Which, I realized belatedly, was why they stopped. He'd recognized what the symbols meant too. So we couldn't actually sneak the ghosts closer for a better look, because I was willing to bet those spells ran all the way around their camp. We needed another way to do this, and I really didn't feel like taking forever. I wanted to get in there, rescue those townspeople, deal with this Saign guy and his thugs, and then get to that rift.

Once I explained what was going on and why I couldn't get a closer look at the camp over there, Sarah pulled the rifle off her shoulder, checking it before lifting the scope to her eye to aim at a spot directly behind one of those cameras. She sighted in, made sure her weapon was silenced, then pulled the trigger. When her shot reached the spot she had sighted in on, it created one of her scope-portals right there behind the camera, hidden from any of the others.

From there, she did the same thing a couple more times, carefully aiming through those scope-portals so she could move her view closer and closer to the camp. Finally, Sarah managed to plant the final one up above what she described as some sort of wooden watchtower at the opening of a circular camp inside a crater-like impression at the top of that hill.

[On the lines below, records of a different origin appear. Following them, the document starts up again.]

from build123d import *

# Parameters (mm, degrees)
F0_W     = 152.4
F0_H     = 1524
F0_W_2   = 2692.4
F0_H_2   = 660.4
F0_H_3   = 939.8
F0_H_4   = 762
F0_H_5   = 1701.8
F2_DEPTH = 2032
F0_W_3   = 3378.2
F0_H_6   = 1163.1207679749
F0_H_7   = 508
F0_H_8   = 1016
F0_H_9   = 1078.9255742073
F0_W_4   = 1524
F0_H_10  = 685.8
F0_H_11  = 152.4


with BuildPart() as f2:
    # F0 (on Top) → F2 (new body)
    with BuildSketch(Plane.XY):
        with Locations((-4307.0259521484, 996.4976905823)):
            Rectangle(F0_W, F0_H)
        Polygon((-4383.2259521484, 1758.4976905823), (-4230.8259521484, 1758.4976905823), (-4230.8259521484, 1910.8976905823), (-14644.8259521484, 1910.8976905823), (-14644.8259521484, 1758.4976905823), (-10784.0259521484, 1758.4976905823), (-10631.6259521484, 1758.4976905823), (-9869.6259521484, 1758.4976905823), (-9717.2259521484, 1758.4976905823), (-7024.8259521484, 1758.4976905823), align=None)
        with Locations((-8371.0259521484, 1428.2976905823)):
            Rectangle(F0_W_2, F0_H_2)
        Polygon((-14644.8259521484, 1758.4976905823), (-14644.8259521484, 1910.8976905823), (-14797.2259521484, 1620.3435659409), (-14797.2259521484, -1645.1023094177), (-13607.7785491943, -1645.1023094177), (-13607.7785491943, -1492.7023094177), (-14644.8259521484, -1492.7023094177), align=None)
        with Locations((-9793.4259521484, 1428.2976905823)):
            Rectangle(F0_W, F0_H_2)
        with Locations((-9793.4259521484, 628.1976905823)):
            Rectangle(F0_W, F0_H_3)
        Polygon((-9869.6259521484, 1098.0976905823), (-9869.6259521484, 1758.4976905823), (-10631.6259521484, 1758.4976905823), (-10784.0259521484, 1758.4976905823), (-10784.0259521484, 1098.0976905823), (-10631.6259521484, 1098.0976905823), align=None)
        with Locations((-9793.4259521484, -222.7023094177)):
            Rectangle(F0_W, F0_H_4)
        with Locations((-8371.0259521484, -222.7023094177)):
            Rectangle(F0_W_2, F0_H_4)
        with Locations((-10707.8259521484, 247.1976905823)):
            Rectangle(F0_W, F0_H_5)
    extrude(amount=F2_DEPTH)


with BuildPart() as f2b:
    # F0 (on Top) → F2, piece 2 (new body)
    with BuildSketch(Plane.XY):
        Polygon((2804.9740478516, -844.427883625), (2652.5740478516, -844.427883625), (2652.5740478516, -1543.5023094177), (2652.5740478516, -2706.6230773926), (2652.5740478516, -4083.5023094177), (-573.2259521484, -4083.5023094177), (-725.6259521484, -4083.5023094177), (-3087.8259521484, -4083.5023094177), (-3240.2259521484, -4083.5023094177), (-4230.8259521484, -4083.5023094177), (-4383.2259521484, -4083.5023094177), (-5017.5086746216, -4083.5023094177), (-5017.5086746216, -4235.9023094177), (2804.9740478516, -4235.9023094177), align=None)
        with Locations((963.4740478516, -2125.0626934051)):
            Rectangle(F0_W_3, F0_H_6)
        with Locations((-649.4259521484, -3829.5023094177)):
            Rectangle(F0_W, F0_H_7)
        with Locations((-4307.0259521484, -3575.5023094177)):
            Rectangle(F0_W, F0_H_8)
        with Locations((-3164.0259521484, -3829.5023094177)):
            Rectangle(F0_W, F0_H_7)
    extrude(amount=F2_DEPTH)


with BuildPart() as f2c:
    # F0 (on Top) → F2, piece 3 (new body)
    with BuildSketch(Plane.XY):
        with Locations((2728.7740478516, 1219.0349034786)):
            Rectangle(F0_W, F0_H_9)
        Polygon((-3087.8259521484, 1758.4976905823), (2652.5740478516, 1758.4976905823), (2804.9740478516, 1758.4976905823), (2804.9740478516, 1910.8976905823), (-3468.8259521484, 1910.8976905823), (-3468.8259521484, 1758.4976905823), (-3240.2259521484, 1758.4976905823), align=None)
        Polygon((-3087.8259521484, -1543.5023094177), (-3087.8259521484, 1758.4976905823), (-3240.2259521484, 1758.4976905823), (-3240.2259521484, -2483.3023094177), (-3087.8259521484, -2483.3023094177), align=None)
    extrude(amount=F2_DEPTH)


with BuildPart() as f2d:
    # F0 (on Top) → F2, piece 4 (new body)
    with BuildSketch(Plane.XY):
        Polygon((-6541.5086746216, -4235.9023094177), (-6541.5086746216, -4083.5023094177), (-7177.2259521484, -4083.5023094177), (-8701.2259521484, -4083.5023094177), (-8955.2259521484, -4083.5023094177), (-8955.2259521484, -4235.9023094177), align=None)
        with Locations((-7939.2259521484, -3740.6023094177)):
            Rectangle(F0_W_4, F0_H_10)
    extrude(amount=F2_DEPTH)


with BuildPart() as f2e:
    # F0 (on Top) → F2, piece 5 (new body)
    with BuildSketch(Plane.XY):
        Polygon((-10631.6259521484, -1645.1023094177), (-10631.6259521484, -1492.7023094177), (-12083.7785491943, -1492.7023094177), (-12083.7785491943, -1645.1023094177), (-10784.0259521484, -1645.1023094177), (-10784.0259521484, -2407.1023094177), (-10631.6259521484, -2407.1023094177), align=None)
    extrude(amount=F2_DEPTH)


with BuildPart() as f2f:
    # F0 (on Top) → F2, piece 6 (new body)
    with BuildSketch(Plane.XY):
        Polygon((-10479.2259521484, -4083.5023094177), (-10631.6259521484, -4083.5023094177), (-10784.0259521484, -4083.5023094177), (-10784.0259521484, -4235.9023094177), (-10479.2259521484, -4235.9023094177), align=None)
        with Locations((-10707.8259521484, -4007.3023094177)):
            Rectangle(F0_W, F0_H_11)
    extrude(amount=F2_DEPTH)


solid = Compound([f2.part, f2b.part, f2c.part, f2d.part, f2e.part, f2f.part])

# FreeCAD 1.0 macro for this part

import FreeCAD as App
import Part
import Sketcher
from FreeCAD import Vector
Q = App.Units.Quantity

doc = App.newDocument("Part")
body = doc.addObject("PartDesign::Body", "Body")

sketch1 = doc.addObject("Sketcher::SketchObject", "Sketch")
body.addObject(sketch1)
sketch1.AttachmentSupport = (doc.XY_Plane, [""])
sketch1.MapMode = "FlatFace"
sketch1.addGeometry([
    Part.LineSegment(Vector(-4383, 1758, 0), Vector(-4383, 234, 0)),
    Part.LineSegment(Vector(-4383, 234, 0), Vector(-4231, 234, 0)),
    Part.LineSegment(Vector(-4231, 234, 0), Vector(-4231, 1911, 0)),
    Part.LineSegment(Vector(-4231, 1911, 0), Vector(-14645, 1911, 0)),
    Part.LineSegment(Vector(-14645, 1911, 0), Vector(-14797, 1620, 0)),
    Part.LineSegment(Vector(-14797, 1620, 0), Vector(-14797, -1645, 0)),
    Part.LineSegment(Vector(-14797, -1645, 0), Vector(-13608, -1645, 0)),
    Part.LineSegment(Vector(-13608, -1645, 0), Vector(-13608, -1493, 0)),
    Part.LineSegment(Vector(-13608, -1493, 0), Vector(-14645, -1493, 0)),
    Part.LineSegment(Vector(-14645, -1493, 0), Vector(-14645, 1758, 0)),
    Part.LineSegment(Vector(-14645, 1758, 0), Vector(-10784, 1758, 0)),
    Part.LineSegment(Vector(-10784, 1758, 0), Vector(-10784, -604, 0)),
    Part.LineSegment(Vector(-10784, -604, 0), Vector(-10632, -604, 0)),
    Part.LineSegment(Vector(-10632, -604, 0), Vector(-10632, 1098, 0)),
    Part.LineSegment(Vector(-10632, 1098, 0), Vector(-9870, 1098, 0)),
    Part.LineSegment(Vector(-9870, 1098, 0), Vector(-9870, -604, 0)),
    Part.LineSegment(Vector(-9870, -604, 0), Vector(-7025, -604, 0)),
    Part.LineSegment(Vector(-7025, -604, 0), Vector(-7025, 158, 0)),
    Part.LineSegment(Vector(-7025, 158, 0), Vector(-9717, 158, 0)),
    Part.LineSegment(Vector(-9717, 158, 0), Vector(-9717, 1098, 0)),
    Part.LineSegment(Vector(-9717, 1098, 0), Vector(-7025, 1098, 0)),
    Part.LineSegment(Vector(-7025, 1098, 0), Vector(-7025, 1758, 0)),
    Part.LineSegment(Vector(-7025, 1758, 0), Vector(-4383, 1758, 0)),
], False)
sketch1.addConstraint([
    Sketcher.Constraint("Coincident", 0, 2, 1, 1),
    Sketcher.Constraint("Coincident", 1, 2, 2, 1),
    Sketcher.Constraint("Coincident", 2, 2, 3, 1),
    Sketcher.Constraint("Coincident", 3, 2, 4, 1),
    Sketcher.Constraint("Coincident", 4, 2, 5, 1),
    Sketcher.Constraint("Coincident", 5, 2, 6, 1),
    Sketcher.Constraint("Coincident", 6, 2, 7, 1),
    Sketcher.Constraint("Coincident", 7, 2, 8, 1),
    Sketcher.Constraint("Coincident", 8, 2, 9, 1),
    Sketcher.Constraint("Coincident", 9, 2, 10, 1),
    Sketcher.Constraint("Coincident", 10, 2, 11, 1),
    Sketcher.Constraint("Coincident", 11, 2, 12, 1),
    Sketcher.Constraint("Coincident", 12, 2, 13, 1),
    Sketcher.Constraint("Coincident", 13, 2, 14, 1),
    Sketcher.Constraint("Coincident", 14, 2, 15, 1),
    Sketcher.Constraint("Coincident", 15, 2, 16, 1),
    Sketcher.Constraint("Coincident", 16, 2, 17, 1),
    Sketcher.Constraint("Coincident", 17, 2, 18, 1),
    Sketcher.Constraint("Coincident", 18, 2, 19, 1),
    Sketcher.Constraint("Coincident", 19, 2, 20, 1),
    Sketcher.Constraint("Coincident", 20, 2, 21, 1),
    Sketcher.Constraint("Coincident", 21, 2, 22, 1),
    Sketcher.Constraint("Coincident", 22, 2, 0, 1),
    Sketcher.Constraint("Vertical", 0),
    Sketcher.Constraint("Horizontal", 1),
    Sketcher.Constraint("Vertical", 2),
    Sketcher.Constraint("Horizontal", 3),
    Sketcher.Constraint("Vertical", 5),
    Sketcher.Constraint("Horizontal", 6),
    Sketcher.Constraint("Vertical", 7),
    Sketcher.Constraint("Horizontal", 8),
    Sketcher.Constraint("Vertical", 9),
    Sketcher.Constraint("Horizontal", 10),
    Sketcher.Constraint("Vertical", 11),
    Sketcher.Constraint("Horizontal", 12),
    Sketcher.Constraint("Vertical", 13),
    Sketcher.Constraint("Horizontal", 14),
    Sketcher.Constraint("Vertical", 15),
    Sketcher.Constraint("Horizontal", 16),
    Sketcher.Constraint("Vertical", 17),
    Sketcher.Constraint("Horizontal", 18),
    Sketcher.Constraint("Vertical", 19),
    Sketcher.Constraint("Horizontal", 20),
    Sketcher.Constraint("Vertical", 21),
    Sketcher.Constraint("Horizontal", 22),
    Sketcher.Constraint("Horizontal", 12, 2, 15, 2),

For a moment, after getting that view, Sarah was silent as she took in what she could see. Sands and I, meanwhile, waited as patiently as possible. Finally, she lowered the rifle and looked at the two of us. "Well," she started quietly, "that's different."

"What? What do you see?" Sands quickly pressed her sister.

There was a brief pause before the other girl answered. "They have all the townspeople there."

She offered the rifle to me first, so I looked through the scope. Sure enough, there were several low fences and spiked logs surrounding the large circular encampment, along with a scattering of more advanced tech like cameras and turrets. Throughout the camp itself were a mixture of old tents, a few cabins, and a couple actual small shuttlecraft. It was all a weird mix of sci-fi stuff mixed with what you'd find in--well, the Old West.

Either way, right in the middle of the camp was another circular fence, this one chainlink, surrounding all the prisoners. Just like she said, it looked like all the townspeople were there.

But then my attention was drawn to a figure stepping out of one of those cabins, a figure who straightened up in the bright sun and surveyed the prisoners. His prisoners, not Saign's. They had to be his. Because there was no way in hell the man I was looking at would have allowed Saign to actually be in charge.

He may have been a lot of things, but Fossor was never second fiddle.